Chutzpa alert: Gaza 'Palestinians' seek unemployment compensation from former Jewish employers
There's a famous Jewish quip that the following is the definition of chutzpa: You kill your mother and father and then throw yourself on the mercy of the court on the grounds that you're an orphan. Three years after the Sharon-Olmert government expelled all the Gaza Strip's Jewish residents, the 'Palestinians' have learned the art of chutzpa (Hat Tip: Shy Guy). They are seeking to sue their former employers for 'wrongful dismissal' as a result of having lost their jobs at the Gush Katif hothouses (pictured as they were before August 2005). I kid you not. And the government's reaction? It's trying to wash its filthy hands from the entire affair.The uprooting of the vibrant Jewish communities and economy of Gush Katif during the Sharon Administration's "disengagement" from Gaza led to the instant unemployment of about 10,000 people who worked in agriculture and related industries, including 5,000 Arabs from the Palestinian Authority. As of June 2008, over 50 percent of former Gush Katif residents still find themselves unemployed.I don't think the former Arab employees of the hothouses should get anything. They already got - and destroyed - the hothouses themselves. But if they are going to get anything it certainly should not be at the expense of the people who were expelled from their homes. As you may recall, they are already continuing to pay debt on the same farms from which they were expelled.

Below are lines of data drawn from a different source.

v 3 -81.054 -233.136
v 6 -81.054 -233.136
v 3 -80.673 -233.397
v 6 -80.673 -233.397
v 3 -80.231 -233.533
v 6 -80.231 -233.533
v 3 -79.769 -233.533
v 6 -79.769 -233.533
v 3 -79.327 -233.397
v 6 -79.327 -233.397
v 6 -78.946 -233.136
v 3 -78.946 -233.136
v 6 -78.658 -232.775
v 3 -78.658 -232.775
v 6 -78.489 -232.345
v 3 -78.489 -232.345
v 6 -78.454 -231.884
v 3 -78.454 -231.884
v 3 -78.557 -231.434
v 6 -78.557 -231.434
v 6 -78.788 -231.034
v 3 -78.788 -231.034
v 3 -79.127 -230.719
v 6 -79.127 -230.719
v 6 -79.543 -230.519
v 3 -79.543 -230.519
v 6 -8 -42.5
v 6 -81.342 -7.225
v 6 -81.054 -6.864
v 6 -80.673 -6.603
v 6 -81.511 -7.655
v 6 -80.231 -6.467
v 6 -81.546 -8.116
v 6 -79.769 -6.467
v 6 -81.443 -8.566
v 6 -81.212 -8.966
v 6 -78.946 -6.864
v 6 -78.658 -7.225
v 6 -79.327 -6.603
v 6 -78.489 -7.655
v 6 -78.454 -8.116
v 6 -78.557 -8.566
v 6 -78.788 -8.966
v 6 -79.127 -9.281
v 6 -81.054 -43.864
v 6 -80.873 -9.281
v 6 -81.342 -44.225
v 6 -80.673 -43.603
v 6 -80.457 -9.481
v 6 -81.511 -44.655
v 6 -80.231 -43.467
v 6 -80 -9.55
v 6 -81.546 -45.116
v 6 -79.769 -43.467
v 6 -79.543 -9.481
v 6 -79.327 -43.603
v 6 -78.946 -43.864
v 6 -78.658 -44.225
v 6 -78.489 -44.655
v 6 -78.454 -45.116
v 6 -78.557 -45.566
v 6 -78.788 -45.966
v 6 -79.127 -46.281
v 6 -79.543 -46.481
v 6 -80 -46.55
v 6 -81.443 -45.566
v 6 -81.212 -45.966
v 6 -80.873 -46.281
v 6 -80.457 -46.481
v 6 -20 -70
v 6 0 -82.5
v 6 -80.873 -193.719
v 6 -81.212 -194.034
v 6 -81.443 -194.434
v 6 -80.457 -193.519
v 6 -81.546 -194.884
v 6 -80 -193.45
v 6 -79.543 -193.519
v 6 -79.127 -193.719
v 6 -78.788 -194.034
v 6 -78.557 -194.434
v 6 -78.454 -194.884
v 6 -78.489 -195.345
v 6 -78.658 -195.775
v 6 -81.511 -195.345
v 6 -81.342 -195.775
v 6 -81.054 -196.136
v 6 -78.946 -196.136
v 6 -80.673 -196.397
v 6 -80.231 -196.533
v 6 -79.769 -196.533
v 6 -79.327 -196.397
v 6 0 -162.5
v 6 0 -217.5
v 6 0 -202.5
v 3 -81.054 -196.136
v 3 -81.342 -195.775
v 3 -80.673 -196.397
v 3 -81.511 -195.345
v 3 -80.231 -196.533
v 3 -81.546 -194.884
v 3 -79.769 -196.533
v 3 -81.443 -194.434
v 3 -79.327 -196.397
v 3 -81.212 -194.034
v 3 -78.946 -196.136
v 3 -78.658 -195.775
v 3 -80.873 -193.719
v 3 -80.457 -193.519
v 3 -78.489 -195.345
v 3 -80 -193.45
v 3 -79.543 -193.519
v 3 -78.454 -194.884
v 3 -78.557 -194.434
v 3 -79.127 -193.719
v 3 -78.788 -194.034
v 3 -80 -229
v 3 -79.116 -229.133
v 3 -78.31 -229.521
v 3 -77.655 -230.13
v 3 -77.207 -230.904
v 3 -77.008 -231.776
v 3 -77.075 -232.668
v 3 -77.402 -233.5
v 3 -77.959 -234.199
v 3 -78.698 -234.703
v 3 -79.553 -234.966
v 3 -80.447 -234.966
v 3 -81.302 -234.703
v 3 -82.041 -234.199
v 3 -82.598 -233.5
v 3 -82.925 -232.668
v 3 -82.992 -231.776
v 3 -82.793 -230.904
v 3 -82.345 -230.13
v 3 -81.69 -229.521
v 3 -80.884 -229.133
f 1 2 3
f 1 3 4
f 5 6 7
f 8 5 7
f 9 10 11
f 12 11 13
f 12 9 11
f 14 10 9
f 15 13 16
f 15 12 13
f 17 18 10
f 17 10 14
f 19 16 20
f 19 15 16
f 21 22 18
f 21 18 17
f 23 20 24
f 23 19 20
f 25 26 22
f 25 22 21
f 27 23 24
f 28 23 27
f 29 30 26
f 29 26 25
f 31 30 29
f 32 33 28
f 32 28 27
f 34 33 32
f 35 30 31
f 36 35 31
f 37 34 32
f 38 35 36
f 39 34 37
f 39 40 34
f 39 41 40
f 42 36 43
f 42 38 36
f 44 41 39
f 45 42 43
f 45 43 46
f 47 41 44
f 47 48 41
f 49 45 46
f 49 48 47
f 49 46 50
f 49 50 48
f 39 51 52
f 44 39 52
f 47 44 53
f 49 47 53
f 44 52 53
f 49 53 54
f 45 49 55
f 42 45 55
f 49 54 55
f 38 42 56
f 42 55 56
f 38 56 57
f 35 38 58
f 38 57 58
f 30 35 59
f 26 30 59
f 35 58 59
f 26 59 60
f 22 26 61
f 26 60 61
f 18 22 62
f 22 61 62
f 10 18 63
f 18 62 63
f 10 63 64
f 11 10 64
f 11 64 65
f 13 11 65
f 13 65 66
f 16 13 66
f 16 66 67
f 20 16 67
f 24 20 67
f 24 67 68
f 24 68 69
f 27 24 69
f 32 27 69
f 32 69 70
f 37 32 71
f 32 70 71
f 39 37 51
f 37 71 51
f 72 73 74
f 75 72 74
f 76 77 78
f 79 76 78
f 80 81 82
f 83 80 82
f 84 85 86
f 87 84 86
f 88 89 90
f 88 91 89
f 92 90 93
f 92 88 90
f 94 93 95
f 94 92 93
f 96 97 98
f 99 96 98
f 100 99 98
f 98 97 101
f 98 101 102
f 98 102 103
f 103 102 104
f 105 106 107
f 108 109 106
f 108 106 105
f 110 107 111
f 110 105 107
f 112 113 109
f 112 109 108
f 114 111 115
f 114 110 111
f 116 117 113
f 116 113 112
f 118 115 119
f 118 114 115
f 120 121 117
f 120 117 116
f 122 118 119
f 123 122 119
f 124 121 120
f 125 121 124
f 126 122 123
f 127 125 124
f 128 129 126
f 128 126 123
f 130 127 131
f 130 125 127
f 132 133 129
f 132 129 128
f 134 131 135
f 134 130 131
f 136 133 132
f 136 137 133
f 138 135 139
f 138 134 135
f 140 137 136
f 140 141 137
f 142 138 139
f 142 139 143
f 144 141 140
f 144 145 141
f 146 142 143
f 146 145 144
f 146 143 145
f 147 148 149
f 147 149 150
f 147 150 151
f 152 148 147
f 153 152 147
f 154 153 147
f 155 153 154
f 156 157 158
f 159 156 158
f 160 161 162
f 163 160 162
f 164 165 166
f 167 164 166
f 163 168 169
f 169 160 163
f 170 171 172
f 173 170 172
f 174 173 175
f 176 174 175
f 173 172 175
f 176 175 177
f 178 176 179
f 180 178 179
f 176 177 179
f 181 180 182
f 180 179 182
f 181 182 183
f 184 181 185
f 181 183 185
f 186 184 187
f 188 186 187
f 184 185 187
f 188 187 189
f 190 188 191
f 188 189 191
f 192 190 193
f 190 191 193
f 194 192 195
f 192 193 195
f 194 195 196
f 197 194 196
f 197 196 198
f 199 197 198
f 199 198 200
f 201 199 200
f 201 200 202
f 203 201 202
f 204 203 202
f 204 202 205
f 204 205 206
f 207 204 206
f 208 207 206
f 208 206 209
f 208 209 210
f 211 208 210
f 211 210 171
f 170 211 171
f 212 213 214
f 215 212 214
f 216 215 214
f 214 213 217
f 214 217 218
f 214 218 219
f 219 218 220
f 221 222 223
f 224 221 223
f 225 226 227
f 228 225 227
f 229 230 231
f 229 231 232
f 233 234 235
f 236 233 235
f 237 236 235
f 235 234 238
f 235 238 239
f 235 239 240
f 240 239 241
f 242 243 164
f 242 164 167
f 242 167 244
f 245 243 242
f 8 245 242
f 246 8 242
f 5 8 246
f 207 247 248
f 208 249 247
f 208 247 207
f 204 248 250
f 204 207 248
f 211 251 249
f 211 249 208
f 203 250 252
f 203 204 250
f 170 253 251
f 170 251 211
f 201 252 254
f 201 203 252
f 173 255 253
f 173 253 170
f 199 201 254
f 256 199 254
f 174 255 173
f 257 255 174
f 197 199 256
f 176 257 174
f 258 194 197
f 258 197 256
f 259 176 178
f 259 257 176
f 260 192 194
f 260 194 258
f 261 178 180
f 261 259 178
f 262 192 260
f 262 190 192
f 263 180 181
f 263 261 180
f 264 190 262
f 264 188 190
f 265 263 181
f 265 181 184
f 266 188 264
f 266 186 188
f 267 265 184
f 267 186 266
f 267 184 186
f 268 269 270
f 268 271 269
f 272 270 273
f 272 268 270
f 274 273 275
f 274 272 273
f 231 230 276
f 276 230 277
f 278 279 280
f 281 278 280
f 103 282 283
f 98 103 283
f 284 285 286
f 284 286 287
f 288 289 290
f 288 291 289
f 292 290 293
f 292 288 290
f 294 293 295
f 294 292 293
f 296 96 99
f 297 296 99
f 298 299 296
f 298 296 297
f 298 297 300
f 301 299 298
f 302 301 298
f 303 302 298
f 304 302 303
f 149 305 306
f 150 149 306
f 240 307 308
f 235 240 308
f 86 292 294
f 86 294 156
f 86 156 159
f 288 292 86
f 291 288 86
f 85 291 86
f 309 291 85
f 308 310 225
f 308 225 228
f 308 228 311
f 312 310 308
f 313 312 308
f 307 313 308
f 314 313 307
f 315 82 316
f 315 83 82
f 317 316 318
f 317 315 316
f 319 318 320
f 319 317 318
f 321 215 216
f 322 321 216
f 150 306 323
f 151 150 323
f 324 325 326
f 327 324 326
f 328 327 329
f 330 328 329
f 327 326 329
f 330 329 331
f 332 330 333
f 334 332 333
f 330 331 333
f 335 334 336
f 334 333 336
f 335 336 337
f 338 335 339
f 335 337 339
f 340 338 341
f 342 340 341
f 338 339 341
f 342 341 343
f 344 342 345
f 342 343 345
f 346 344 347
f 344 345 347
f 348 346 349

According to an Israel TV Channel One report, the SELA Administration, which was set up to assist Disengagement evictees to rebuild their lives and communities, told former Gush Katif residents, employers and businessmen that the Arab claims are "your problem."
The government has claimed that compensation funds paid to former Gush Katif residents included a fund to be used for former employees of the Jewish industries kicked out of Gaza. However, compensation payments thus far have not covered the basic needs of the evictees themselves, Gush Katif activists say.
Yossi Schwartz, a former owner of a clothing factory interviewed for the Channel One report, said that former workers' claims could be more than one million NIS in his case alone. Mr. Schwartz, like so many of his former neighbors, is still unemployed.
Anyone still feel like making aliya?
2 Comments:
The irony is that the bleeding hearts of the Israeli Left, in their rush to make Gaza Judenrein, never looked at the effect the move might have on the Arabs. They left them without a future just as they left the Jews without a future and they're shrugging their shoulders over a fiasco of their own making.
And no the Jews of Gaza neither owe the State or the Arabs an agorot.
"Anyone still feel like making aliya?"
Exactly. Ever since Gaza and Amona, I've taken that word out of my vocabulary.